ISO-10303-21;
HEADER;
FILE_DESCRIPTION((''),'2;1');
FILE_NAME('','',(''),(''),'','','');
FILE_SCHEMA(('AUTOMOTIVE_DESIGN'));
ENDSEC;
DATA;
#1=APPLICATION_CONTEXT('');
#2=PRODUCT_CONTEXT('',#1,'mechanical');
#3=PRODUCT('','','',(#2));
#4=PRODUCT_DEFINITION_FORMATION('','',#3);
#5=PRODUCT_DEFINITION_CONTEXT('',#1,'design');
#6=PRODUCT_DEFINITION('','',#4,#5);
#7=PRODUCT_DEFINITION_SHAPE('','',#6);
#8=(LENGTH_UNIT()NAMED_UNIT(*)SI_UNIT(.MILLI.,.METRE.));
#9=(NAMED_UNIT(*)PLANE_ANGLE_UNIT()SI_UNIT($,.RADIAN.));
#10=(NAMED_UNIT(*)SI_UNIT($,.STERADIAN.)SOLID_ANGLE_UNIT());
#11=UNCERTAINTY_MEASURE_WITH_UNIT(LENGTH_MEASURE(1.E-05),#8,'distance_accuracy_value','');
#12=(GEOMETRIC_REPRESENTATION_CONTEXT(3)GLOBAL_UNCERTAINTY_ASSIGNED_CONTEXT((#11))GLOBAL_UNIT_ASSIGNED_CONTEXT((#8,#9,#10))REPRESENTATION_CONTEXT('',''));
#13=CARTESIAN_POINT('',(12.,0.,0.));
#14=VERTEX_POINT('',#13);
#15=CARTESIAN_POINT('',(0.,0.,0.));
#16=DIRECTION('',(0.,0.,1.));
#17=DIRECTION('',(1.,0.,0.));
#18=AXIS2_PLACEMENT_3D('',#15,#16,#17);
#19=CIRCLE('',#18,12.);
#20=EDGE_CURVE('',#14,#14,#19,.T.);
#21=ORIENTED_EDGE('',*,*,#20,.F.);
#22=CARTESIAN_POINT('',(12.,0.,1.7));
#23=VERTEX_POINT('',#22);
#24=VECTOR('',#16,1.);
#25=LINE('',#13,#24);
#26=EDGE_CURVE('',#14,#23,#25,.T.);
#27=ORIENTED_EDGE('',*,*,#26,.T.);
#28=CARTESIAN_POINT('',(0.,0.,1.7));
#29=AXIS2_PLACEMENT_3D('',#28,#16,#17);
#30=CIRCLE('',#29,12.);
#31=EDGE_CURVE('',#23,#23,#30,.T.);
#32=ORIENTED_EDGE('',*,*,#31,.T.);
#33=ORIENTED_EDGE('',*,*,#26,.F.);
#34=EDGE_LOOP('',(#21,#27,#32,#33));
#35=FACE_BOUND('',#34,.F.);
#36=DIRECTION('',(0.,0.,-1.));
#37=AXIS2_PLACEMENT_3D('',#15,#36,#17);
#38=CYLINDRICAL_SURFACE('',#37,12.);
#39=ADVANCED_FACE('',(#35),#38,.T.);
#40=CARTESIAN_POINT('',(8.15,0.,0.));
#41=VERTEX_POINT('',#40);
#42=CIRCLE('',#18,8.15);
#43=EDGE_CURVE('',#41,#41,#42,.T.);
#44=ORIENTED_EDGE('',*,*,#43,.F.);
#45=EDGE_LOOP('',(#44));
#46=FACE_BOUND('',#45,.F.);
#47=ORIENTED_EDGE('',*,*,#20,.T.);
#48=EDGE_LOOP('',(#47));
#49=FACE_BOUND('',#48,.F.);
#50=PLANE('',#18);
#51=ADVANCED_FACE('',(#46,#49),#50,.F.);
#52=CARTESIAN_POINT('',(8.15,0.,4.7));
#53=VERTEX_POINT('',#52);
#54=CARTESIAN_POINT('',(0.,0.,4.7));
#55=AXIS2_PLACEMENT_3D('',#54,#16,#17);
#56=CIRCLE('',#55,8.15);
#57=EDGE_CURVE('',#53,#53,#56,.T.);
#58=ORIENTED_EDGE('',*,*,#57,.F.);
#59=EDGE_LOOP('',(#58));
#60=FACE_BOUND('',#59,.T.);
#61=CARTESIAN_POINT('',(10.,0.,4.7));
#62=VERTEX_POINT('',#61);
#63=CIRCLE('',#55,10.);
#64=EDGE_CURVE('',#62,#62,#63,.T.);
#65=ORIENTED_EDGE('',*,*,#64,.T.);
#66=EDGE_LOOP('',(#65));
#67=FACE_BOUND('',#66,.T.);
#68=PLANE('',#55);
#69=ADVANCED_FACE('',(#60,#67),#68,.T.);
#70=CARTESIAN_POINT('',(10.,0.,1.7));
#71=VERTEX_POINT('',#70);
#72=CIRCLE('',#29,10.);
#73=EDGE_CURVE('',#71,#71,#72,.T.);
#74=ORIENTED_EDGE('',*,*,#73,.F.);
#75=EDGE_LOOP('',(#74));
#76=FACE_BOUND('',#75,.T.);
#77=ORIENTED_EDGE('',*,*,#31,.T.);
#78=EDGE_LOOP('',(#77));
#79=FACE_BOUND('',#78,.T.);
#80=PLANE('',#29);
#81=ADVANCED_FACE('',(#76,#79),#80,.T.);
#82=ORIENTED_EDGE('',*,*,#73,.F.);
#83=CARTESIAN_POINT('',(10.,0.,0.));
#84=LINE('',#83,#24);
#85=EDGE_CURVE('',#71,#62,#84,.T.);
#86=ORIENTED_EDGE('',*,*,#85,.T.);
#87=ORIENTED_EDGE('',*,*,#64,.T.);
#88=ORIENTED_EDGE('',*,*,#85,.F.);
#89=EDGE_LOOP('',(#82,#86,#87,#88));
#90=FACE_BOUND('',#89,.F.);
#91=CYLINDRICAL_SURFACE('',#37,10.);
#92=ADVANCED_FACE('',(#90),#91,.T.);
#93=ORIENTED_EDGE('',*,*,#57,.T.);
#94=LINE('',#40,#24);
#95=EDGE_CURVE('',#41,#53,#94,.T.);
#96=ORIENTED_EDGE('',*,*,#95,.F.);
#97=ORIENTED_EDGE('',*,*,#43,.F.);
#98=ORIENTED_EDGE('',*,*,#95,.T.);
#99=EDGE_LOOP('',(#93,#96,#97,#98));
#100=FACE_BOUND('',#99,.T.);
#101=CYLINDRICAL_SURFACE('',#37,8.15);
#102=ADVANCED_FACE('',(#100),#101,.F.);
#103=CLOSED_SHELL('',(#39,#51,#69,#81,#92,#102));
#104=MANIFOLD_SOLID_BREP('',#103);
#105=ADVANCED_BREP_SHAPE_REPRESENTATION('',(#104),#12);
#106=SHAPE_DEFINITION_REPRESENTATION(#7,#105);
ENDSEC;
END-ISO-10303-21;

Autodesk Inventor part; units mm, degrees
ref_plane "YZ Plane" through (0, 0, 0) normal (1, 0, 0) x (0, 1, 0)
ref_plane "XZ Plane" through (0, 0, 0) normal (0, 1, 0) x (-1, 0, 0)
ref_plane "XY Plane" through (0, 0, 0) normal (0, 0, 1) x (1, 0, 0)
sketch "Sketch1" plane through (0, 0, 0) normal (0, 0, 1) x (1, 0, 0)
  circle A0 centre (0, 0) radius 8.15
  circle A1 centre (0, 0) radius 10
  circle A2 centre (0, 0) radius 12
  dimension "d0" = 16.3
  dimension "d1" = 20
  dimension "d2" = 24
extrude "Extrusion1" add sketch "Sketch1" along normal blind 4.7 contours A1
extrude "Extrusion2" add sketch "Sketch1" along normal blind 1.7 contours A2
equation "\"d0\" = inner_d"
equation "\"d1\" = outer_d"
equation "\"d5\" = spacing"
equation "\"inner_d\" = 16.3"
equation "\"outer_d\" = 20"
equation "\"spacing\" = 1.7"
properties part number "Bushing"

» Exercise directions: All the records shown above need to be given again exactly.

» Reply to the exercise:
ISO-10303-21;
HEADER;
FILE_DESCRIPTION((''),'2;1');
FILE_NAME('','',(''),(''),'','','');
FILE_SCHEMA(('AUTOMOTIVE_DESIGN'));
ENDSEC;
DATA;
#1=APPLICATION_CONTEXT('');
#2=PRODUCT_CONTEXT('',#1,'mechanical');
#3=PRODUCT('','','',(#2));
#4=PRODUCT_DEFINITION_FORMATION('','',#3);
#5=PRODUCT_DEFINITION_CONTEXT('',#1,'design');
#6=PRODUCT_DEFINITION('','',#4,#5);
#7=PRODUCT_DEFINITION_SHAPE('','',#6);
#8=(LENGTH_UNIT()NAMED_UNIT(*)SI_UNIT(.MILLI.,.METRE.));
#9=(NAMED_UNIT(*)PLANE_ANGLE_UNIT()SI_UNIT($,.RADIAN.));
#10=(NAMED_UNIT(*)SI_UNIT($,.STERADIAN.)SOLID_ANGLE_UNIT());
#11=UNCERTAINTY_MEASURE_WITH_UNIT(LENGTH_MEASURE(1.E-05),#8,'distance_accuracy_value','');
#12=(GEOMETRIC_REPRESENTATION_CONTEXT(3)GLOBAL_UNCERTAINTY_ASSIGNED_CONTEXT((#11))GLOBAL_UNIT_ASSIGNED_CONTEXT((#8,#9,#10))REPRESENTATION_CONTEXT('',''));
#13=CARTESIAN_POINT('',(12.,0.,0.));
#14=VERTEX_POINT('',#13);
#15=CARTESIAN_POINT('',(0.,0.,0.));
#16=DIRECTION('',(0.,0.,1.));
#17=DIRECTION('',(1.,0.,0.));
#18=AXIS2_PLACEMENT_3D('',#15,#16,#17);
#19=CIRCLE('',#18,12.);
#20=EDGE_CURVE('',#14,#14,#19,.T.);
#21=ORIENTED_EDGE('',*,*,#20,.F.);
#22=CARTESIAN_POINT('',(12.,0.,1.7));
#23=VERTEX_POINT('',#22);
#24=VECTOR('',#16,1.);
#25=LINE('',#13,#24);
#26=EDGE_CURVE('',#14,#23,#25,.T.);
#27=ORIENTED_EDGE('',*,*,#26,.T.);
#28=CARTESIAN_POINT('',(0.,0.,1.7));
#29=AXIS2_PLACEMENT_3D('',#28,#16,#17);
#30=CIRCLE('',#29,12.);
#31=EDGE_CURVE('',#23,#23,#30,.T.);
#32=ORIENTED_EDGE('',*,*,#31,.T.);
#33=ORIENTED_EDGE('',*,*,#26,.F.);
#34=EDGE_LOOP('',(#21,#27,#32,#33));
#35=FACE_BOUND('',#34,.F.);
#36=DIRECTION('',(0.,0.,-1.));
#37=AXIS2_PLACEMENT_3D('',#15,#36,#17);
#38=CYLINDRICAL_SURFACE('',#37,12.);
#39=ADVANCED_FACE('',(#35),#38,.T.);
#40=CARTESIAN_POINT('',(8.15,0.,0.));
#41=VERTEX_POINT('',#40);
#42=CIRCLE('',#18,8.15);
#43=EDGE_CURVE('',#41,#41,#42,.T.);
#44=ORIENTED_EDGE('',*,*,#43,.F.);
#45=EDGE_LOOP('',(#44));
#46=FACE_BOUND('',#45,.F.);
#47=ORIENTED_EDGE('',*,*,#20,.T.);
#48=EDGE_LOOP('',(#47));
#49=FACE_BOUND('',#48,.F.);
#50=PLANE('',#18);
#51=ADVANCED_FACE('',(#46,#49),#50,.F.);
#52=CARTESIAN_POINT('',(8.15,0.,4.7));
#53=VERTEX_POINT('',#52);
#54=CARTESIAN_POINT('',(0.,0.,4.7));
#55=AXIS2_PLACEMENT_3D('',#54,#16,#17);
#56=CIRCLE('',#55,8.15);
#57=EDGE_CURVE('',#53,#53,#56,.T.);
#58=ORIENTED_EDGE('',*,*,#57,.F.);
#59=EDGE_LOOP('',(#58));
#60=FACE_BOUND('',#59,.T.);
#61=CARTESIAN_POINT('',(10.,0.,4.7));
#62=VERTEX_POINT('',#61);
#63=CIRCLE('',#55,10.);
#64=EDGE_CURVE('',#62,#62,#63,.T.);
#65=ORIENTED_EDGE('',*,*,#64,.T.);
#66=EDGE_LOOP('',(#65));
#67=FACE_BOUND('',#66,.T.);
#68=PLANE('',#55);
#69=ADVANCED_FACE('',(#60,#67),#68,.T.);
#70=CARTESIAN_POINT('',(10.,0.,1.7));
#71=VERTEX_POINT('',#70);
#72=CIRCLE('',#29,10.);
#73=EDGE_CURVE('',#71,#71,#72,.T.);
#74=ORIENTED_EDGE('',*,*,#73,.F.);
#75=EDGE_LOOP('',(#74));
#76=FACE_BOUND('',#75,.T.);
#77=ORIENTED_EDGE('',*,*,#31,.T.);
#78=EDGE_LOOP('',(#77));
#79=FACE_BOUND('',#78,.T.);
#80=PLANE('',#29);
#81=ADVANCED_FACE('',(#76,#79),#80,.T.);
#82=ORIENTED_EDGE('',*,*,#73,.F.);
#83=CARTESIAN_POINT('',(10.,0.,0.));
#84=LINE('',#83,#24);
#85=EDGE_CURVE('',#71,#62,#84,.T.);
#86=ORIENTED_EDGE('',*,*,#85,.T.);
#87=ORIENTED_EDGE('',*,*,#64,.T.);
#88=ORIENTED_EDGE('',*,*,#85,.F.);
#89=EDGE_LOOP('',(#82,#86,#87,#88));
#90=FACE_BOUND('',#89,.F.);
#91=CYLINDRICAL_SURFACE('',#37,10.);
#92=ADVANCED_FACE('',(#90),#91,.T.);
#93=ORIENTED_EDGE('',*,*,#57,.T.);
#94=LINE('',#40,#24);
#95=EDGE_CURVE('',#41,#53,#94,.T.);
#96=ORIENTED_EDGE('',*,*,#95,.F.);
#97=ORIENTED_EDGE('',*,*,#43,.F.);
#98=ORIENTED_EDGE('',*,*,#95,.T.);
#99=EDGE_LOOP('',(#93,#96,#97,#98));
#100=FACE_BOUND('',#99,.T.);
#101=CYLINDRICAL_SURFACE('',#37,8.15);
#102=ADVANCED_FACE('',(#100),#101,.F.);
#103=CLOSED_SHELL('',(#39,#51,#69,#81,#92,#102));
#104=MANIFOLD_SOLID_BREP('',#103);
#105=ADVANCED_BREP_SHAPE_REPRESENTATION('',(#104),#12);
#106=SHAPE_DEFINITION_REPRESENTATION(#7,#105);
ENDSEC;
END-ISO-10303-21;

Autodesk Inventor part; units mm, degrees
ref_plane "YZ Plane" through (0, 0, 0) normal (1, 0, 0) x (0, 1, 0)
ref_plane "XZ Plane" through (0, 0, 0) normal (0, 1, 0) x (-1, 0, 0)
ref_plane "XY Plane" through (0, 0, 0) normal (0, 0, 1) x (1, 0, 0)
sketch "Sketch1" plane through (0, 0, 0) normal (0, 0, 1) x (1, 0, 0)
  circle A0 centre (0, 0) radius 8.15
  circle A1 centre (0, 0) radius 10
  circle A2 centre (0, 0) radius 12
  dimension "d0" = 16.3
  dimension "d1" = 20
  dimension "d2" = 24
extrude "Extrusion1" add sketch "Sketch1" along normal blind 4.7 contours A1
extrude "Extrusion2" add sketch "Sketch1" along normal blind 1.7 contours A2
equation "\"d0\" = inner_d"
equation "\"d1\" = outer_d"
equation "\"d5\" = spacing"
equation "\"inner_d\" = 16.3"
equation "\"outer_d\" = 20"
equation "\"spacing\" = 1.7"
properties part number "Bushing"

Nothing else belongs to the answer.